Relabel $x+y$ as $w$. Then from the Law of Sines

$x=D\sin \alpha$

$w=D\sin 3\alpha$

$z=D\sin 4\alpha$

Using multiple angle formulas we then obtain the ratios

$w/x=(\sin 3\alpha)/(\sin \alpha)=4\cos^2 \alpha-1$

$z/x=(\sin 4\alpha)/(\sin \alpha)=4\cos\alpha(2\cos^2 \alpha-1)$

These are rational if $\cos\alpha$ is rational, following Hw's requirement, and positive sides require $\cos\alpha>(\sqrt{2})/2$. Plug in $\cos\alpha=(p/q)$ with $p,q$ a pair of relatively prime whole numbers and $q\ge 4$ to meet the positive sides requirement. The perimeter $\Pi$ is then found from the above to be:

$\Pi=\frac{4xp(2p-q)(p+q)}{q^3}$

The minimal whole number perimeter (which turns out to give whole number sides) then requires

$x=(q^3)/g$

$g=gcd(4p(2p-q)(p+q),q^3)$

Then

$\Pi=\frac{4p(2p-q)(p+q)}{g}>(2q^3)/g$

where the inequality comes from putting $p/q>(\sqrt{2})/2$.

Using polynomial resultants $g$ is found to be a divisor of $32$. Then if $q$ is odd, $g=1$ and $\Pi>2q^3$. With the odd $q$ having to be at least $5$ this means $\Pi>250$. The actual minimum for this case is obtained with $\cos\alpha=(4/5),x=125,w=195,z=112,\Pi=432$.

If $q$ is even then $g$ is greater than $1$. However, note that $p$ is odd, and then:

1) If $q$ is a multiple of $4$ then $4p(2p-q)(p+q)$ is a multiple of $8$ but not of $16$. Then $g=8$.

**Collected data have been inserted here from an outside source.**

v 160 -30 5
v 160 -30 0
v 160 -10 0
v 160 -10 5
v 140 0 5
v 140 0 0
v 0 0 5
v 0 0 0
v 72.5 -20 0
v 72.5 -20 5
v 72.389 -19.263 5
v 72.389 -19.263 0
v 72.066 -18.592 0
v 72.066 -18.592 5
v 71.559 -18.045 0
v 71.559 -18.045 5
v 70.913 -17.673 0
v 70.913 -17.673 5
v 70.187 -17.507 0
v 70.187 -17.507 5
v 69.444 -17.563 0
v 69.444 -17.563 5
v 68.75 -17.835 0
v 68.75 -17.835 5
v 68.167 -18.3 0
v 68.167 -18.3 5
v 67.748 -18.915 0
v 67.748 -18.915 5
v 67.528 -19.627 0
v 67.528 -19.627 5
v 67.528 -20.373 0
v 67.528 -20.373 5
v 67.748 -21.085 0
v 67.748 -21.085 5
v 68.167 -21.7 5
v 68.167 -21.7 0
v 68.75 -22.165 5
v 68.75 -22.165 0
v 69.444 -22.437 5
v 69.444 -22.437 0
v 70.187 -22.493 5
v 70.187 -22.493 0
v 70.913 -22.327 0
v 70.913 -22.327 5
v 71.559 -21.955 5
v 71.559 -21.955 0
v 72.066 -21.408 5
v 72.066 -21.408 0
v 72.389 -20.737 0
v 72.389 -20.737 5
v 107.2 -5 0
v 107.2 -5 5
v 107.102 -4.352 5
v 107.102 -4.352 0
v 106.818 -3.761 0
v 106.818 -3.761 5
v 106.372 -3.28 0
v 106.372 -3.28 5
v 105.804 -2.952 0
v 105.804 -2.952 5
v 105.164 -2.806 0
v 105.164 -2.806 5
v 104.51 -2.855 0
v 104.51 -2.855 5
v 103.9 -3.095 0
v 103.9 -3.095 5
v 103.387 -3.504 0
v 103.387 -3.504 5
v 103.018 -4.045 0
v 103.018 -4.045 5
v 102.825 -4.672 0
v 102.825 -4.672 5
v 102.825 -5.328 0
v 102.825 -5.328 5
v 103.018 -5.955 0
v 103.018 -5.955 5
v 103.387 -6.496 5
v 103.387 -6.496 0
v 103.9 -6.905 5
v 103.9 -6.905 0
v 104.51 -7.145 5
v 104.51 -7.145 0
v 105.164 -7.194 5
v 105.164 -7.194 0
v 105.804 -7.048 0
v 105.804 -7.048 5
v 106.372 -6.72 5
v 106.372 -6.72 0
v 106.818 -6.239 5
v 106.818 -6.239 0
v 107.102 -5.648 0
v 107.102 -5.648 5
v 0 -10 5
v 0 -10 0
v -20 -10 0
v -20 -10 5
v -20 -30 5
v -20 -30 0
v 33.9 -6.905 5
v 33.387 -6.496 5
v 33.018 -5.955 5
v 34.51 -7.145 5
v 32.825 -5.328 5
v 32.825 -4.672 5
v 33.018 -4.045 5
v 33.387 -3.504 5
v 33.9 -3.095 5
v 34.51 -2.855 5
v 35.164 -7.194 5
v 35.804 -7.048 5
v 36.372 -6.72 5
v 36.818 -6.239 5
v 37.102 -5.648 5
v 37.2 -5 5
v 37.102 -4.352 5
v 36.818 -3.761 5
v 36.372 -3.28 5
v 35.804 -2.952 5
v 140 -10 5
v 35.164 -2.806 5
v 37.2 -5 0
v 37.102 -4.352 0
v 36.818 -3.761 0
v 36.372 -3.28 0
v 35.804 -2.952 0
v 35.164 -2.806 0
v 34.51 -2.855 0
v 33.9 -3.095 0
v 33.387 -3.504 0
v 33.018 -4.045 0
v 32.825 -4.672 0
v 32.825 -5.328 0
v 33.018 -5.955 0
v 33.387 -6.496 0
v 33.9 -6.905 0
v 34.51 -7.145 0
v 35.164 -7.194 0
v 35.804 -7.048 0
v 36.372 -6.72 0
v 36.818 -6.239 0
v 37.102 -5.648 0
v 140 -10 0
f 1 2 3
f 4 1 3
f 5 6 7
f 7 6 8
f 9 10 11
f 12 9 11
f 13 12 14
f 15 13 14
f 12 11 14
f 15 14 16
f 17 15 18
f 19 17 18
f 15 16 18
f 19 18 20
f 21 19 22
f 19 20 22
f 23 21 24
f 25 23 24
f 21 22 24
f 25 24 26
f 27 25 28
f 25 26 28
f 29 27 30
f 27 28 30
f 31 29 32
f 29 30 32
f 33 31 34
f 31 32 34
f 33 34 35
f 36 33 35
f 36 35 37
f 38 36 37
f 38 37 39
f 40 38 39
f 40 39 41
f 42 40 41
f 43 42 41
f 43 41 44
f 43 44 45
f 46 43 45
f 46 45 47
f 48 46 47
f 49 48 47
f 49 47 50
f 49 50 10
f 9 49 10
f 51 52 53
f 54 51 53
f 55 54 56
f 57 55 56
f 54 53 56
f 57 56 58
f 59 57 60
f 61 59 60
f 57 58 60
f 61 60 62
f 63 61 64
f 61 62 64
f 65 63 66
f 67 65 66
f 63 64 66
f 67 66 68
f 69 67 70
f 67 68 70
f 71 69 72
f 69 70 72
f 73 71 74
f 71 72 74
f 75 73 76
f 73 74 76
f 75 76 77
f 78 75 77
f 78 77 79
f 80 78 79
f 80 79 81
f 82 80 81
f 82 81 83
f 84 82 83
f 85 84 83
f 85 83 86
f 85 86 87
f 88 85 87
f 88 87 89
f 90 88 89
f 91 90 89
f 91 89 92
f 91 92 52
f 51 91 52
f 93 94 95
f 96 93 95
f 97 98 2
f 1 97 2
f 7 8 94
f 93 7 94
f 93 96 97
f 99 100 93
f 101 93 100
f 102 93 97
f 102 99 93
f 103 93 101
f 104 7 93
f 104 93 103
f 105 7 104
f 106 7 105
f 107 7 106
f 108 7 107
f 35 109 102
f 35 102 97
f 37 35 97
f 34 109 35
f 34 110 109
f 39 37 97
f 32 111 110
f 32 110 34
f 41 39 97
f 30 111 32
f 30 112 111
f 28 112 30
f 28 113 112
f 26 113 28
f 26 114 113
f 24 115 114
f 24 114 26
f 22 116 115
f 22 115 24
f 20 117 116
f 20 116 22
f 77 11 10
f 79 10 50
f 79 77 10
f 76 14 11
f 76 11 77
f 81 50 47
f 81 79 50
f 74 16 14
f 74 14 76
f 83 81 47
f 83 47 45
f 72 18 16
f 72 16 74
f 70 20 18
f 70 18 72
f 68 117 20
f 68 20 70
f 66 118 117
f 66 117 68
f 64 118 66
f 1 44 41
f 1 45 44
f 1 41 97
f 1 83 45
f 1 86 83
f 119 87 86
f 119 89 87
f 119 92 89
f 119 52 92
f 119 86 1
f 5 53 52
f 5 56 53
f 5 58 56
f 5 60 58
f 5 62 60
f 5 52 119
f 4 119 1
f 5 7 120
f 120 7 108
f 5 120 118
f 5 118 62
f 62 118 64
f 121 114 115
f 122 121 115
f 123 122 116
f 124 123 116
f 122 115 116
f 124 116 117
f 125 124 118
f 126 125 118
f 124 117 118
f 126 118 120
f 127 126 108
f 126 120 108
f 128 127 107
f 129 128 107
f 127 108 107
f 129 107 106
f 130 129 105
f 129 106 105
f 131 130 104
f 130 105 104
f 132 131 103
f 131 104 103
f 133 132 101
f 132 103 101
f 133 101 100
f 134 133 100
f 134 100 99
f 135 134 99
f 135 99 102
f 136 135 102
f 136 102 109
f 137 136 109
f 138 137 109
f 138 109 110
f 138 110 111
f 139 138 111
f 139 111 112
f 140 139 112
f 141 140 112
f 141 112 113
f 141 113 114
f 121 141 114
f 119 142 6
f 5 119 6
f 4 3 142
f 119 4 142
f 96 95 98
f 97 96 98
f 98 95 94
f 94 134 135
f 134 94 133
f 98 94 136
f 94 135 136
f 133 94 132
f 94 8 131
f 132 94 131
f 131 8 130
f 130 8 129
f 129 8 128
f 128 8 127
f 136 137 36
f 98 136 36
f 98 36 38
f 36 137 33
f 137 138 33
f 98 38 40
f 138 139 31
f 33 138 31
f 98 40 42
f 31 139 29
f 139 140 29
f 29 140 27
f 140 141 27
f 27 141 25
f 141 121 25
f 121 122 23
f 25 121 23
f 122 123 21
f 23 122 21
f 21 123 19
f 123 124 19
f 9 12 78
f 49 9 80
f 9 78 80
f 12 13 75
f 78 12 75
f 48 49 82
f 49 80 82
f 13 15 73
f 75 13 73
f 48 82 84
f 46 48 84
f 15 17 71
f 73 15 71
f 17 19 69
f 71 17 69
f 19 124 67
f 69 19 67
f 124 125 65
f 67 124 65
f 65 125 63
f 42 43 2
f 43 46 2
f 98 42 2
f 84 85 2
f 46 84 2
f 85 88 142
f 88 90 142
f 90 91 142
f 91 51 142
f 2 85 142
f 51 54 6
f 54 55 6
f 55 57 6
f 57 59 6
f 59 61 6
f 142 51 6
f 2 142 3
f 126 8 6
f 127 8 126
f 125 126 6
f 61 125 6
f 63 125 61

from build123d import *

# Parameters (mm, degrees)
DODANIE_WYCI_GNI_CIE1_DEPTH = 5
SZKIC2_R                    = 2.2
WYTNIJ_WYCI_GNI_CIE1_DEPTH  = 10
SZKIC6_R                    = 2.5
WYTNIJ_WYCI_GNI_CIE3_DEPTH  = 163.864974749


with BuildPart() as part:
    # Szkic1 → Dodanie-wyciągnięcie1 (new body)
    with BuildSketch(Plane.XY):
        Polygon((0, -10), (-20, -10), (-20, -30), (160, -30), (160, -10), (140, -10), (140, 0), (0, 0), align=None)
    extrude(amount=DODANIE_WYCI_GNI_CIE1_DEPTH)

    # Szkic2 → Wytnij-wyciągnięcie1 (cut)
    with BuildSketch(Plane.XY.offset(5)):
        with Locations((35, -5)):
            Circle(SZKIC2_R)
        with Locations((105, -5)):
            Circle(SZKIC2_R)
    extrude(amount=-WYTNIJ_WYCI_GNI_CIE1_DEPTH, mode=Mode.SUBTRACT)

    # Szkic6 → Wytnij-wyciągnięcie3 (cut, through all)
    with BuildSketch(Plane.XY.offset(5)):
        with Locations((70, -20)):
            Circle(SZKIC6_R)
    extrude(amount=-WYTNIJ_WYCI_GNI_CIE3_DEPTH, mode=Mode.SUBTRACT)


solid = part.part
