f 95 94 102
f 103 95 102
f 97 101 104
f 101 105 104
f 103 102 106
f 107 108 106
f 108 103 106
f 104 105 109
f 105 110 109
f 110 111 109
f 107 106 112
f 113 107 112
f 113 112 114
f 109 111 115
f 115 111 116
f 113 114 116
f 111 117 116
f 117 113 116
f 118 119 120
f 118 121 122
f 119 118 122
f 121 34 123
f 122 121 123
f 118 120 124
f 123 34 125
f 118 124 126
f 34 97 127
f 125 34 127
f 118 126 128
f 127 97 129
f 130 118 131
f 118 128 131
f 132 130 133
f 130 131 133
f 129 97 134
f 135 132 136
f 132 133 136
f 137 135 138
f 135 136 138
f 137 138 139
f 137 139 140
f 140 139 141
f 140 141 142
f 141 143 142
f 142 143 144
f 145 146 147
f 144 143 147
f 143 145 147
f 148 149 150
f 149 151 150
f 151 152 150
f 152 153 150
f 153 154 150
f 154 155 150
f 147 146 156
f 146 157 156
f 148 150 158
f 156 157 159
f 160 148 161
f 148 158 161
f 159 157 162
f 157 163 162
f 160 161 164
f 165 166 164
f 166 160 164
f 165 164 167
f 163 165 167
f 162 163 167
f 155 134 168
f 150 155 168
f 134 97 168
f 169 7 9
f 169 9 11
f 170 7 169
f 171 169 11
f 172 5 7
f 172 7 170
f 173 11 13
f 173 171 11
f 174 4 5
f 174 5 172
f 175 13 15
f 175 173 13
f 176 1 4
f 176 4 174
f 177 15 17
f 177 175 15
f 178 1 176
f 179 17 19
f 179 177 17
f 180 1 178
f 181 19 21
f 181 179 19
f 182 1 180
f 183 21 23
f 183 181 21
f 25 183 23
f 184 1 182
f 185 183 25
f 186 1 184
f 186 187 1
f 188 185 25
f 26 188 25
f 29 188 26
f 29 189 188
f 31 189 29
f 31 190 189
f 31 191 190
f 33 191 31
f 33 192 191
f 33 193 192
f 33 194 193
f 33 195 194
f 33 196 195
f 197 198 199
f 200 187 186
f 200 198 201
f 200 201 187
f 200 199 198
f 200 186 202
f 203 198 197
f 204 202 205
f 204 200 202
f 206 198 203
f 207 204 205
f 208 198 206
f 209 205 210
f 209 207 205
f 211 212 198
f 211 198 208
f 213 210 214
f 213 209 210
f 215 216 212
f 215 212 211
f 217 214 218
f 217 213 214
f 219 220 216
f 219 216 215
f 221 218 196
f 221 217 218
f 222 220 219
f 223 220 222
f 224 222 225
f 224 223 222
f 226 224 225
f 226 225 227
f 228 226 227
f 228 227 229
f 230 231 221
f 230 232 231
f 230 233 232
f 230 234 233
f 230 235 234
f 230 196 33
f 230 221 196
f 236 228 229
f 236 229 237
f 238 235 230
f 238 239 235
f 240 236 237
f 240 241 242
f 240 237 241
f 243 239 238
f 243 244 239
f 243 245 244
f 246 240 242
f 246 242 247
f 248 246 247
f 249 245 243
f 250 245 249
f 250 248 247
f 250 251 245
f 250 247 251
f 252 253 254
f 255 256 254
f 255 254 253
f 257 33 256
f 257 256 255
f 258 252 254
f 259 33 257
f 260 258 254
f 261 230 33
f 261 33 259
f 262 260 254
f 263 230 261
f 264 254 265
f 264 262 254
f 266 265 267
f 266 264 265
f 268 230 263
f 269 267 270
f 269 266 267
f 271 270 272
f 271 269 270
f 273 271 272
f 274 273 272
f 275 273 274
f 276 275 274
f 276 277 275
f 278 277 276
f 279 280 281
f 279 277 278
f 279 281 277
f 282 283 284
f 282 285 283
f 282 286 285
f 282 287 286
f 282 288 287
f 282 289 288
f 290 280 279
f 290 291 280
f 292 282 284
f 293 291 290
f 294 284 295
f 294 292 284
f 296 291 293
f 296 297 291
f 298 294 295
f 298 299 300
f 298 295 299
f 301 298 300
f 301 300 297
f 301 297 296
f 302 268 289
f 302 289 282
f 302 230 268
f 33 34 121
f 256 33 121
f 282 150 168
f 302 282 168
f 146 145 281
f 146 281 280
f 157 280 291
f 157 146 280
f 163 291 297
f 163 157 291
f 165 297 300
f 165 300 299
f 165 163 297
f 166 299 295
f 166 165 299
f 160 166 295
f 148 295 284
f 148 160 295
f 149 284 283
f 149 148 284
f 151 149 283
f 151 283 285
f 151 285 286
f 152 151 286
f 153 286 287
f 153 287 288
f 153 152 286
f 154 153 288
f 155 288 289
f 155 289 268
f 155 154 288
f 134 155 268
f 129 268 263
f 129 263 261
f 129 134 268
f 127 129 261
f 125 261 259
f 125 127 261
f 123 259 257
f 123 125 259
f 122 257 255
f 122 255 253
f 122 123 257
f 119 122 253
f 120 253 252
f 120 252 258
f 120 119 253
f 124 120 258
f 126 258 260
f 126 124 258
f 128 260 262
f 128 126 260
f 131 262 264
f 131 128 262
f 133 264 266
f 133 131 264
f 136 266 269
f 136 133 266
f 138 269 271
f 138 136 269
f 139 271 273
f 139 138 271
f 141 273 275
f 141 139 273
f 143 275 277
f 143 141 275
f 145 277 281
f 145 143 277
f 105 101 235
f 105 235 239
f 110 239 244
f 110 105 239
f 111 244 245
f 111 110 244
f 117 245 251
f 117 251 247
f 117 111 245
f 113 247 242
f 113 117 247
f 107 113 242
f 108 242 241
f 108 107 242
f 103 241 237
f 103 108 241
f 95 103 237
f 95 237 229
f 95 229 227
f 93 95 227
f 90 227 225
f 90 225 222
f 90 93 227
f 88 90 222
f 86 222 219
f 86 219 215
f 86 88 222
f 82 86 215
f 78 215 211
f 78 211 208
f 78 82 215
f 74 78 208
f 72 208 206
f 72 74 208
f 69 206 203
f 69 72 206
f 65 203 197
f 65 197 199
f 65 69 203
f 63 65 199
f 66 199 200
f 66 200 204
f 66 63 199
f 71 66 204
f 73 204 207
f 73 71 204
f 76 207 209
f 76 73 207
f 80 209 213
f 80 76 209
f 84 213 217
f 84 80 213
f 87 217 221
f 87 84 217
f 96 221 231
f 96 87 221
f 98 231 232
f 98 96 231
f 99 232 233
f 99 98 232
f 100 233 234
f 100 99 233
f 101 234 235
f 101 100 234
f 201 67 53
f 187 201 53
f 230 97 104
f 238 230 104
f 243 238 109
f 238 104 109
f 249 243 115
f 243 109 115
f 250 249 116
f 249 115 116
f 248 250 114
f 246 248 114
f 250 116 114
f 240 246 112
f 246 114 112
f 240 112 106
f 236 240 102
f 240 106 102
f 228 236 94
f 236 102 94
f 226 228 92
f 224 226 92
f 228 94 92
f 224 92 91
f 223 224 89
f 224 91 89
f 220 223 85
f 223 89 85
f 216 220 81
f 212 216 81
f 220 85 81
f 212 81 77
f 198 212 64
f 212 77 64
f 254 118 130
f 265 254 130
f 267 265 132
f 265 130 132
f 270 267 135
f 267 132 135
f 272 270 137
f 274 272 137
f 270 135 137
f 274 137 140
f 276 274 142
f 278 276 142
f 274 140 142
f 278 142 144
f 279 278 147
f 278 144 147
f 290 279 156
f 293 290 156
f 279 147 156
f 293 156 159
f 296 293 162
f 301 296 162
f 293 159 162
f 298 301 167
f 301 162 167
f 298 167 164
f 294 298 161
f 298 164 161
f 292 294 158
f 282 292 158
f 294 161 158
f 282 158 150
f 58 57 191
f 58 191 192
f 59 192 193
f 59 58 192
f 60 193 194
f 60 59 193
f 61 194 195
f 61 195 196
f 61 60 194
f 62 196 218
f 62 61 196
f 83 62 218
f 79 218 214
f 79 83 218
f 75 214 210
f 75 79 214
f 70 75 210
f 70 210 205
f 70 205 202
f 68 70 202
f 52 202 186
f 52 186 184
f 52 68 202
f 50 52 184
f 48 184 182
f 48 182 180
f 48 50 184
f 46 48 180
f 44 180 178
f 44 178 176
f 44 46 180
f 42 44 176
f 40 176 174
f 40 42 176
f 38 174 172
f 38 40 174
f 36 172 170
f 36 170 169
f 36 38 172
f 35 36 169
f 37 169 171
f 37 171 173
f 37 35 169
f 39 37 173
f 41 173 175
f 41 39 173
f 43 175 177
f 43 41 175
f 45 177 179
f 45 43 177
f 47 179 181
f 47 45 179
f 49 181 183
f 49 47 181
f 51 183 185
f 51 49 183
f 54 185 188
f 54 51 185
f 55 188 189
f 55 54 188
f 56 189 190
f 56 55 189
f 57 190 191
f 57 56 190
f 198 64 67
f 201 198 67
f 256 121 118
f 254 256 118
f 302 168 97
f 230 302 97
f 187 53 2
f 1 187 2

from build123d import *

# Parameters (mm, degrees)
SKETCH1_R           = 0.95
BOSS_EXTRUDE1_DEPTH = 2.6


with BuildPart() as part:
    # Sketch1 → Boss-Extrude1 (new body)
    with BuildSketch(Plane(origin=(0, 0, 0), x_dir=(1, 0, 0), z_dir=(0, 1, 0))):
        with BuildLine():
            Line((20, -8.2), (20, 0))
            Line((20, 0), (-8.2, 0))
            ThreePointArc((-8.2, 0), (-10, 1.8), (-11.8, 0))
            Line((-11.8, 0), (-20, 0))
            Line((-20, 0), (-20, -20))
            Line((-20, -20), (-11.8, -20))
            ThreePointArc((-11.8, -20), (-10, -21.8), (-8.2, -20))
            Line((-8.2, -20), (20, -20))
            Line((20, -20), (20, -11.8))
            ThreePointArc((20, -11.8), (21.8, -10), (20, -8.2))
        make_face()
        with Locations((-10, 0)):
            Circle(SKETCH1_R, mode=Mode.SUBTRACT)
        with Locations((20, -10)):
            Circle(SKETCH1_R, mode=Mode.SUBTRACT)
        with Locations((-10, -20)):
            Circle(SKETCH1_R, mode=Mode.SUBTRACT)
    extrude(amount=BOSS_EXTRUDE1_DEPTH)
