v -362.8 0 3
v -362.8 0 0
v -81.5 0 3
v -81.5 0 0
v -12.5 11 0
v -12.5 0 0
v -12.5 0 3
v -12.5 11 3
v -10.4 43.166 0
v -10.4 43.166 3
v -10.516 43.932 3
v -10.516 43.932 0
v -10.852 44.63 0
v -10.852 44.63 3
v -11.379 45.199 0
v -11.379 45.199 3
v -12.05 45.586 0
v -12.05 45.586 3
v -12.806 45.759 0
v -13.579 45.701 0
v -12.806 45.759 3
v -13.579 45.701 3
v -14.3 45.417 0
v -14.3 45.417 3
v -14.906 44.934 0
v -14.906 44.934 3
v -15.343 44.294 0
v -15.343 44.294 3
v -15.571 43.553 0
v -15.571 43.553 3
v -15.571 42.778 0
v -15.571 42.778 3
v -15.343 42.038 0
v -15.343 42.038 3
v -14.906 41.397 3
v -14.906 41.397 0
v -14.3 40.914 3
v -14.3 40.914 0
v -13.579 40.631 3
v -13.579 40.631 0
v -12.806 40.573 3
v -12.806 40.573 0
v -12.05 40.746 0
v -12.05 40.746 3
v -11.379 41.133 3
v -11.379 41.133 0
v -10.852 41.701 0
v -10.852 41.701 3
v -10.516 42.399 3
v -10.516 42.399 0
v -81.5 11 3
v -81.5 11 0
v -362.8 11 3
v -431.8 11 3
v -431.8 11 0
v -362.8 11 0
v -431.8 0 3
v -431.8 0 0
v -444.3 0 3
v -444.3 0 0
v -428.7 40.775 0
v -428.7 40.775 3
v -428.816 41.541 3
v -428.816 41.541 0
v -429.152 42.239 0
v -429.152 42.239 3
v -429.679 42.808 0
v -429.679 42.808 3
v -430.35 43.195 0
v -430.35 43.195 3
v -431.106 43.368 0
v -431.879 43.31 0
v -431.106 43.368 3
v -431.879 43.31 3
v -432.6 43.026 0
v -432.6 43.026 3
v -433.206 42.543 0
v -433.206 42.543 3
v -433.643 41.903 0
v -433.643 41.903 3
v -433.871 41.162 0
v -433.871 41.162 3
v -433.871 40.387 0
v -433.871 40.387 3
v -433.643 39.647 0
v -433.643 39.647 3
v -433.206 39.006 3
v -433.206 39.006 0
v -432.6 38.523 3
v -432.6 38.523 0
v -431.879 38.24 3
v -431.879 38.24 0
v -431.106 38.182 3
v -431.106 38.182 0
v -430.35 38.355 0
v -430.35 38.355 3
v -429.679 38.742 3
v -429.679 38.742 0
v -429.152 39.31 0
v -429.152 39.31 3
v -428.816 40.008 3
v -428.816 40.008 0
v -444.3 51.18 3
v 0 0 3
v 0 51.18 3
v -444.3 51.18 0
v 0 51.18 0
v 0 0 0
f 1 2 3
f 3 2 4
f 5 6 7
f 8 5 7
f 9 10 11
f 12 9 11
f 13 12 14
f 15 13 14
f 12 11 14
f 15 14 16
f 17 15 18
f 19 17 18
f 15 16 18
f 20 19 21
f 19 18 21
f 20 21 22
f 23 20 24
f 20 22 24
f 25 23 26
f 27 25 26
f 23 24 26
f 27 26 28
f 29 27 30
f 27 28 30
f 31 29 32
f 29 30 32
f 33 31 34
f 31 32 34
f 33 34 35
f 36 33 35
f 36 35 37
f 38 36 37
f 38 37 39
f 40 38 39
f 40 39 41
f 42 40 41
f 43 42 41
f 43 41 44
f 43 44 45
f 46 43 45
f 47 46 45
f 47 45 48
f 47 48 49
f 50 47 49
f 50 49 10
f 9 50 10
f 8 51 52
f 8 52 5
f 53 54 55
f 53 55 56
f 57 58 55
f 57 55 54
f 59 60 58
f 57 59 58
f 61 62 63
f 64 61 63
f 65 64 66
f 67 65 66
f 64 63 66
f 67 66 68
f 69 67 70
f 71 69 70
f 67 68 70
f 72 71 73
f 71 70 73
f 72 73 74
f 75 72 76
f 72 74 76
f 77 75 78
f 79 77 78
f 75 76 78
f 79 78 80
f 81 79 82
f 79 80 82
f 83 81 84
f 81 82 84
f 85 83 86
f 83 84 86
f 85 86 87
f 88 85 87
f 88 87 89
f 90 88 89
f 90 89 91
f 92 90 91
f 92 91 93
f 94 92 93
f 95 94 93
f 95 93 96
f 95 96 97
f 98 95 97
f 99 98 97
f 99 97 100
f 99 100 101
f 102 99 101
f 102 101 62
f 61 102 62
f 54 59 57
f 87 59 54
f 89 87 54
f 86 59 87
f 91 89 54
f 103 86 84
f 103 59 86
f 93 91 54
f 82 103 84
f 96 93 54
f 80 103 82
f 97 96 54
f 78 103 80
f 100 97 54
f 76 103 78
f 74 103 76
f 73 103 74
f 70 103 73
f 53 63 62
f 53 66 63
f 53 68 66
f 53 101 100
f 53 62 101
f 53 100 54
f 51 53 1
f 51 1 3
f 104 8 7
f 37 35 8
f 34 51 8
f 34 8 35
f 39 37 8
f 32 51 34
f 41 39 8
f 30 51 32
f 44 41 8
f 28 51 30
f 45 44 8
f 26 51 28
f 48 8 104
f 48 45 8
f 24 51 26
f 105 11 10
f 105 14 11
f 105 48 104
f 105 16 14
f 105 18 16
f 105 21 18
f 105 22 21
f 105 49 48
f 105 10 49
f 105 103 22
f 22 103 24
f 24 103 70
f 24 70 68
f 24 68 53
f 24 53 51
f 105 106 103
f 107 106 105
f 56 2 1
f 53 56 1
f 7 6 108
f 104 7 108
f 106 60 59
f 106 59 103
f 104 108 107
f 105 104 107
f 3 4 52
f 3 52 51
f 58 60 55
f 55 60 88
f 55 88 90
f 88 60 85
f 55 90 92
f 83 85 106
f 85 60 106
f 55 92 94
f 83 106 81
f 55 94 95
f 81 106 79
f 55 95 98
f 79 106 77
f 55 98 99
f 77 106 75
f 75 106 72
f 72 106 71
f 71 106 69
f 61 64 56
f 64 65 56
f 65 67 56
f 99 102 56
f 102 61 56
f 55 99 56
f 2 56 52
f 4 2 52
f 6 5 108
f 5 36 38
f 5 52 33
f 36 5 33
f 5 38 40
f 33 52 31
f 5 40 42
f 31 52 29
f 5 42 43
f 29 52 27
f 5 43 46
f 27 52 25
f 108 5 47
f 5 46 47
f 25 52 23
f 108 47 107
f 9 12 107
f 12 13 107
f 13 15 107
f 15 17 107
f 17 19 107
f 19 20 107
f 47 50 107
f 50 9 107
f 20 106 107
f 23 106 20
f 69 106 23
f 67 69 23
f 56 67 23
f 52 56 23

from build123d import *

# Parameters (mm, degrees)
ESQUISSE1_W             = 444.3
ESQUISSE1_H             = 51.18
BOSS_EXTRU_1_DEPTH      = 3
ESQUISSE2_R             = 2.6
ENL_V_MAT_EXTRU_1_DEPTH = 20
ESQUISSE3_W             = 69
ESQUISSE3_H             = 3
ENL_V_MAT_EXTRU_2_DEPTH = 11


with BuildPart() as part:
    # Esquisse1 → Boss.-Extru.1 (new body)
    with BuildSketch(Plane.XY):
        with Locations((-222.15, 25.59)):
            Rectangle(ESQUISSE1_W, ESQUISSE1_H)
    extrude(amount=BOSS_EXTRU_1_DEPTH)

    # Esquisse2 → Enlèv. mat.-Extru.1 (cut)
    with BuildSketch(Plane.XY.offset(3)):
        with Locations((-13, 43.165806832)):
            Circle(ESQUISSE2_R)
        with Locations((-431.3, 40.774785784)):
            Circle(ESQUISSE2_R)
    extrude(amount=-ENL_V_MAT_EXTRU_1_DEPTH, mode=Mode.SUBTRACT)

    # Esquisse3 → Enlèv. mat.-Extru.2 (cut)
    with BuildSketch(Plane.XZ):
        with Locations((-397.3, 1.5)):
            Rectangle(ESQUISSE3_W, ESQUISSE3_H)
        with Locations((-47, 1.5)):
            Rectangle(ESQUISSE3_W, ESQUISSE3_H)
    extrude(amount=-ENL_V_MAT_EXTRU_2_DEPTH, mode=Mode.SUBTRACT)


solid = part.part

2) If $q$ is twice an odd number then $4p(2p-q)(p+q)$ is a multiple of $16$ but(among powers of $2$) $q^3$ is only a multiple of $8$. Again $g=8$.

So for even $q$, $\Pi>(q^3)/4$ meaning for the minimum $q=4$, $\Pi>16$ consistent with Hw's triangle where $\Pi=21$ (which is the only solution with positive sides for $q=4$). For larger even $q$, $\Pi>(6^3)/4=54$ proving Hw's triangle minimal.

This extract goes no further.